La caja se le escapó de las manos y todas las cosas que había dentro, papeles y fotos, salieron volando desperdigados por el aire.

Él se acercó solícito a ella. Puso la mano sobre su hombro desnudo y la ayudó a darse la vuelta. Ella sintió su mirada y el calor de su mano y se vio sumergida de pronto en una sensación de embriaguez como si se hubiera tomando una botella entera de champán.

Él la contempló desde arriba, con el ceño fruncido y una expresión que infundía miedo. ¿Era ese hombre realmente Brand?

Entonces, las duras facciones de su rostro se suavizaron levemente, mientras un gesto de interrogación se dibujó en sus cejas.

–¿Dulce Pea?

Su rostro le cautivó. Un rostro que aún podría detener el sol, pero en el que advertía ahora una nueva dimensión: unos rasgos de acero y una mirada más fría. Había algo en su expresión que nunca había visto antes.

Él retiró la mano de su hombro y se la pasó suavemente por la mejilla para quitarle una brizna de hierba. Resultaba difícil imaginar que aquellas manos tan fuertes pudieran resultar tan suaves.

Tratando de evitar nuevas catástrofes, se incorporó sacudiéndose el polvo del vestido. El amor que sentía por él la volvía torpe.

Cerró los ojos en un intento de olvidar la humillación del momento.

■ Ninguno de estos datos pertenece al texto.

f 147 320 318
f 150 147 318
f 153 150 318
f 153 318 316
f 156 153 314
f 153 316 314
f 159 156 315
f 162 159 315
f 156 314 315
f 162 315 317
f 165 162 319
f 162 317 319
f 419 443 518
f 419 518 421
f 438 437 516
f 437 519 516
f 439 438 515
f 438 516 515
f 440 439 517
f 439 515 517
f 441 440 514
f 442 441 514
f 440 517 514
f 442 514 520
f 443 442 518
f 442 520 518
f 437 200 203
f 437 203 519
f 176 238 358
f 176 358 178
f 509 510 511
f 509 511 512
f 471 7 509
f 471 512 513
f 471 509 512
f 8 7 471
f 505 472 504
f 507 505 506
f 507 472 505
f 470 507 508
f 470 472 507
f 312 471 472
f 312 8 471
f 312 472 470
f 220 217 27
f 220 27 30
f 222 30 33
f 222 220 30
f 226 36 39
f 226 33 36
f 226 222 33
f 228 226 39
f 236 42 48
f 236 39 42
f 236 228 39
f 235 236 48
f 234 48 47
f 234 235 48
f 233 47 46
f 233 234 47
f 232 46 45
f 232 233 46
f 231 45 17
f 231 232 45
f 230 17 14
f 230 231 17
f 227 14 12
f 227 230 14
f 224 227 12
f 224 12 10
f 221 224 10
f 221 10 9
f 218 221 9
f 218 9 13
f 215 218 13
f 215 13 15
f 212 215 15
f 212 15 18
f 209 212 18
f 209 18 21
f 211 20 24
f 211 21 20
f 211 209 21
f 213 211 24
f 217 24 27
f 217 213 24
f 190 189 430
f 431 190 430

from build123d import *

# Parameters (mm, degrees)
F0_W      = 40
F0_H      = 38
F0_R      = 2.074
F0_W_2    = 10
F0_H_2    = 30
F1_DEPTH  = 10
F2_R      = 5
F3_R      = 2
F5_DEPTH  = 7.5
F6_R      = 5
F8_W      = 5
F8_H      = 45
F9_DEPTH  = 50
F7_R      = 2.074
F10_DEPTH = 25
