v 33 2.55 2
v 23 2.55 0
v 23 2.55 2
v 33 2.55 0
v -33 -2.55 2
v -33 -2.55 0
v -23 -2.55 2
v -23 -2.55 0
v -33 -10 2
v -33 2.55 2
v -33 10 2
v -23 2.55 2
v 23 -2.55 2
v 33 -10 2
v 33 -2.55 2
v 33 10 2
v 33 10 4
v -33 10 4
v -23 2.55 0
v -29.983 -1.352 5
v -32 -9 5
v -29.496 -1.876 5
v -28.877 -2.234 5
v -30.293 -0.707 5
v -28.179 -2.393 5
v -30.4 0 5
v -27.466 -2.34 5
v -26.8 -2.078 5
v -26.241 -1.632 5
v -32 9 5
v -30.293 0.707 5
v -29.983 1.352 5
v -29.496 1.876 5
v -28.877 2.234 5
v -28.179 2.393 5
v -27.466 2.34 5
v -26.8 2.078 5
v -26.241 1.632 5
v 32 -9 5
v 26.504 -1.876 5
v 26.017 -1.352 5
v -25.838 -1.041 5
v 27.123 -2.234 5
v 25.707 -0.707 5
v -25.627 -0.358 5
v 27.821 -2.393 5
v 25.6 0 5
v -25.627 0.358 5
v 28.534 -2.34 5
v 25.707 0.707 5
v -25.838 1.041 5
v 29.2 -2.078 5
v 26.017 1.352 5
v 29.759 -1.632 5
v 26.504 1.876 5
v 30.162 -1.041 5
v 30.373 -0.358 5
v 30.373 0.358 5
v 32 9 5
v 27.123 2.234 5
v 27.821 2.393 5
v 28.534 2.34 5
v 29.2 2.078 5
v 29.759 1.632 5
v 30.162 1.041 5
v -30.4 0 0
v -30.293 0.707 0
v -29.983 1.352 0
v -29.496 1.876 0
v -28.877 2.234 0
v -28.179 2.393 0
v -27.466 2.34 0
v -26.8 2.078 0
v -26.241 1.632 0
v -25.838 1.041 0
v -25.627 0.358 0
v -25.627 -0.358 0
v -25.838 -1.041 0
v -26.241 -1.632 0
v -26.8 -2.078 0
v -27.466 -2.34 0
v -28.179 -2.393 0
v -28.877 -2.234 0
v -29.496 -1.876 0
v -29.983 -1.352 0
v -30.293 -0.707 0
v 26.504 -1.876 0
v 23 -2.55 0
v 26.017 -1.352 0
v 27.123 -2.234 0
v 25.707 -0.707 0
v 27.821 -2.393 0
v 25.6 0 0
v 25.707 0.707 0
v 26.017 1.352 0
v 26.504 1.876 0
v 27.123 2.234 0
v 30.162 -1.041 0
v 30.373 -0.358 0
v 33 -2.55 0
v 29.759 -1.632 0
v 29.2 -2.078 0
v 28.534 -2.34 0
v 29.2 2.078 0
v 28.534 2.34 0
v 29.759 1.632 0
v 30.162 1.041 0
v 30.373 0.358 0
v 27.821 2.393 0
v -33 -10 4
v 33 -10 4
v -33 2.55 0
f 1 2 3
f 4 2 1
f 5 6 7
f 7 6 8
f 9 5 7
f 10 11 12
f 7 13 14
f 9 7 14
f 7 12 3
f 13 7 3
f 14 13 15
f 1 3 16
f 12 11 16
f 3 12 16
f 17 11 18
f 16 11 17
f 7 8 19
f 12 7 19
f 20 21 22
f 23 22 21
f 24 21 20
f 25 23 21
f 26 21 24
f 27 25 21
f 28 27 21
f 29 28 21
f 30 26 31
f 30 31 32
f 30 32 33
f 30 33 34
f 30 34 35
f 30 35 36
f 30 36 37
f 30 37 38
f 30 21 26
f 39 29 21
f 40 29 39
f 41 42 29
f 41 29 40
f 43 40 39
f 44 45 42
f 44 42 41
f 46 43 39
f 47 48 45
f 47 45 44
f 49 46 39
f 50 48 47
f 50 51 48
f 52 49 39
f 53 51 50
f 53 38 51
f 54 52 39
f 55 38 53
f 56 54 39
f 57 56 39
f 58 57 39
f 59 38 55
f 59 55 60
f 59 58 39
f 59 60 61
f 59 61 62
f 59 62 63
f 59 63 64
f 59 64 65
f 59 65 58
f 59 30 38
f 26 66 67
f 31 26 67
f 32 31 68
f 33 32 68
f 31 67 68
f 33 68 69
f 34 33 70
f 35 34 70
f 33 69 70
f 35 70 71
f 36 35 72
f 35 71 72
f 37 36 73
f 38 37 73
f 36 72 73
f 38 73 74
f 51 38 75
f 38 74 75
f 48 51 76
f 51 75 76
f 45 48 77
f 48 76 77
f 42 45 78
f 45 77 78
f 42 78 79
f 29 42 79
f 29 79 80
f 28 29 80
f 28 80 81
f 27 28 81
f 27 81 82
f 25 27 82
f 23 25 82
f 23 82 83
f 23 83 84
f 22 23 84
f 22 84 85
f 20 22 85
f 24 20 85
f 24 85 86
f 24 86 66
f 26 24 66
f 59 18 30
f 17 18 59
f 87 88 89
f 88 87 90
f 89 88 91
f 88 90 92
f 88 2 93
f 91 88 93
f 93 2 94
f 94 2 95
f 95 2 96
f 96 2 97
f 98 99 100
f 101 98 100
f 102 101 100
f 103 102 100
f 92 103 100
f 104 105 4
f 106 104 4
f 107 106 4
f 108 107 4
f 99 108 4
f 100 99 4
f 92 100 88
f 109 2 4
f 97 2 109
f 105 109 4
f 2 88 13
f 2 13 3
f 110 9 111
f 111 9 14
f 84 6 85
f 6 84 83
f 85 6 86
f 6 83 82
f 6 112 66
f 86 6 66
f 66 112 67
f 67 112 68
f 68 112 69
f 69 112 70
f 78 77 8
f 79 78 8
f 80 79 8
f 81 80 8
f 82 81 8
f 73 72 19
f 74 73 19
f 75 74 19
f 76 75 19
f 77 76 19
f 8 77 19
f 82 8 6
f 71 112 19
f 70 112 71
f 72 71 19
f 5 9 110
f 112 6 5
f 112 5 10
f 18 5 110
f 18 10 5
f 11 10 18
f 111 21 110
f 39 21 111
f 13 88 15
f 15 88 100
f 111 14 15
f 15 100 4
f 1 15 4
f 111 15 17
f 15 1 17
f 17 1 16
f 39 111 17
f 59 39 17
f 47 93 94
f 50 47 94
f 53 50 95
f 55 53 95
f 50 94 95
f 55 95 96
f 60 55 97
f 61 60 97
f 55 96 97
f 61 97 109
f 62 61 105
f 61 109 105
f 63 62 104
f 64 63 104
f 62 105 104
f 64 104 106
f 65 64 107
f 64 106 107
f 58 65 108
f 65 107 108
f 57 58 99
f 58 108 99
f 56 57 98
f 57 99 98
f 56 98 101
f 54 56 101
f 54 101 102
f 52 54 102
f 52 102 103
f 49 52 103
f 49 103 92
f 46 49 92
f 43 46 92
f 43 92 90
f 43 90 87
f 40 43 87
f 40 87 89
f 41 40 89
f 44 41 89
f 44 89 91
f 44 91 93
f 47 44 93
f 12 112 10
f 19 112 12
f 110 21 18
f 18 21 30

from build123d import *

# Parameters (mm, degrees)
SKETCH_1_W         = 10
SKETCH_1_H         = 5.1
EXTRUDE_1_DEPTH    = 2
EXTRUDE_1_2_DEPTH  = 2
SKETCH_2_W         = 66
SKETCH_2_H         = 20
EXTRUDE_2_DEPTH    = 3
HOLE_WIZARD_M4_1_D = 4.8
CHAMFER_1_SIZE     = 1


with BuildPart() as part:
    # 스케치1 → 보스-돌출1 (new body)
    with BuildSketch(Plane.XY):
        with Locations((28, 0)):
            Rectangle(SKETCH_1_W, SKETCH_1_H)
    extrude(amount=EXTRUDE_1_DEPTH)



with BuildPart() as body_2:
    # 스케치1 → Extrude 1 2 (new body)
    with BuildSketch(Plane.XY):
        with Locations((-28, 0)):
            Rectangle(SKETCH_1_W, SKETCH_1_H)
    extrude(amount=EXTRUDE_1_2_DEPTH)


with BuildPart() as part_1:
    add(part.part)

    add(body_2.part)  # 보스-돌출2 merges body 2
    # 스케치2 → 보스-돌출2 (add)
    with BuildSketch(Plane.XY.offset(2)):
        Rectangle(SKETCH_2_W, SKETCH_2_H)
    extrude(amount=EXTRUDE_2_DEPTH)

    # M4 여유 구멍1 (through all)
    with Locations(Plane.XY.offset(5)):
        with Locations((-28, 0), (28, 0)):
            Hole(HOLE_WIZARD_M4_1_D / 2)

    # 모따기1
    chamfer_1_edges = [part_1.edges().sort_by_distance(p)[0] for p in [
        (-33, 0, 5),
        (0, -10, 5),
        (33, 0, 5),
        (0, 10, 5),
    ]]
    chamfer(chamfer_1_edges, length=CHAMFER_1_SIZE)


solid = part_1.part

Durante su adolescencia, después de que él se alistase en el ejército, se había imaginado más de un millón de veces cómo sería su regreso. El día que volviera a casa y la viese, no como una desgarbada chiquilla, sino como toda una mujer. Se había imaginado su voz ronca diciéndole sorprendido al verla: «Sophie, qué guapa estás».

Pero lo que le dijo fue muy diferente:

–¿Eres tú? ¿La Dulce Pea?

Ella se permitió dirigirle una nueva mirada para embriagarse de su perfume, de su presencia y de su misterio.

Brand Sheridan había sido siempre un hombre muy atractivo. Y no porque fuera especialmente guapo, había muchos hombres terriblemente guapos. Ni porque tuviera una constitución atlética y musculosa, había también muchos hombres con un cuerpo envidiable.

No, era otra cosa, oculta, imposible de definir, primitiva como el sonido de un tambor, que tenía la virtud de dejarla embobada.

Desde el día que su familia se trasladó a la casa vecina a la de los Sheridan, se había dedicado a adorar e idolatrar a aquel vecino suyo cinco años mayor que ella.

Divertido y atrevido, Brand Sheridan había sido siempre demasiado excesivo en todo para el apacible y tranquilo pueblo de Sugar Maple Grove. Demasiado aventurero, demasiado impaciente, demasiado activo y vital.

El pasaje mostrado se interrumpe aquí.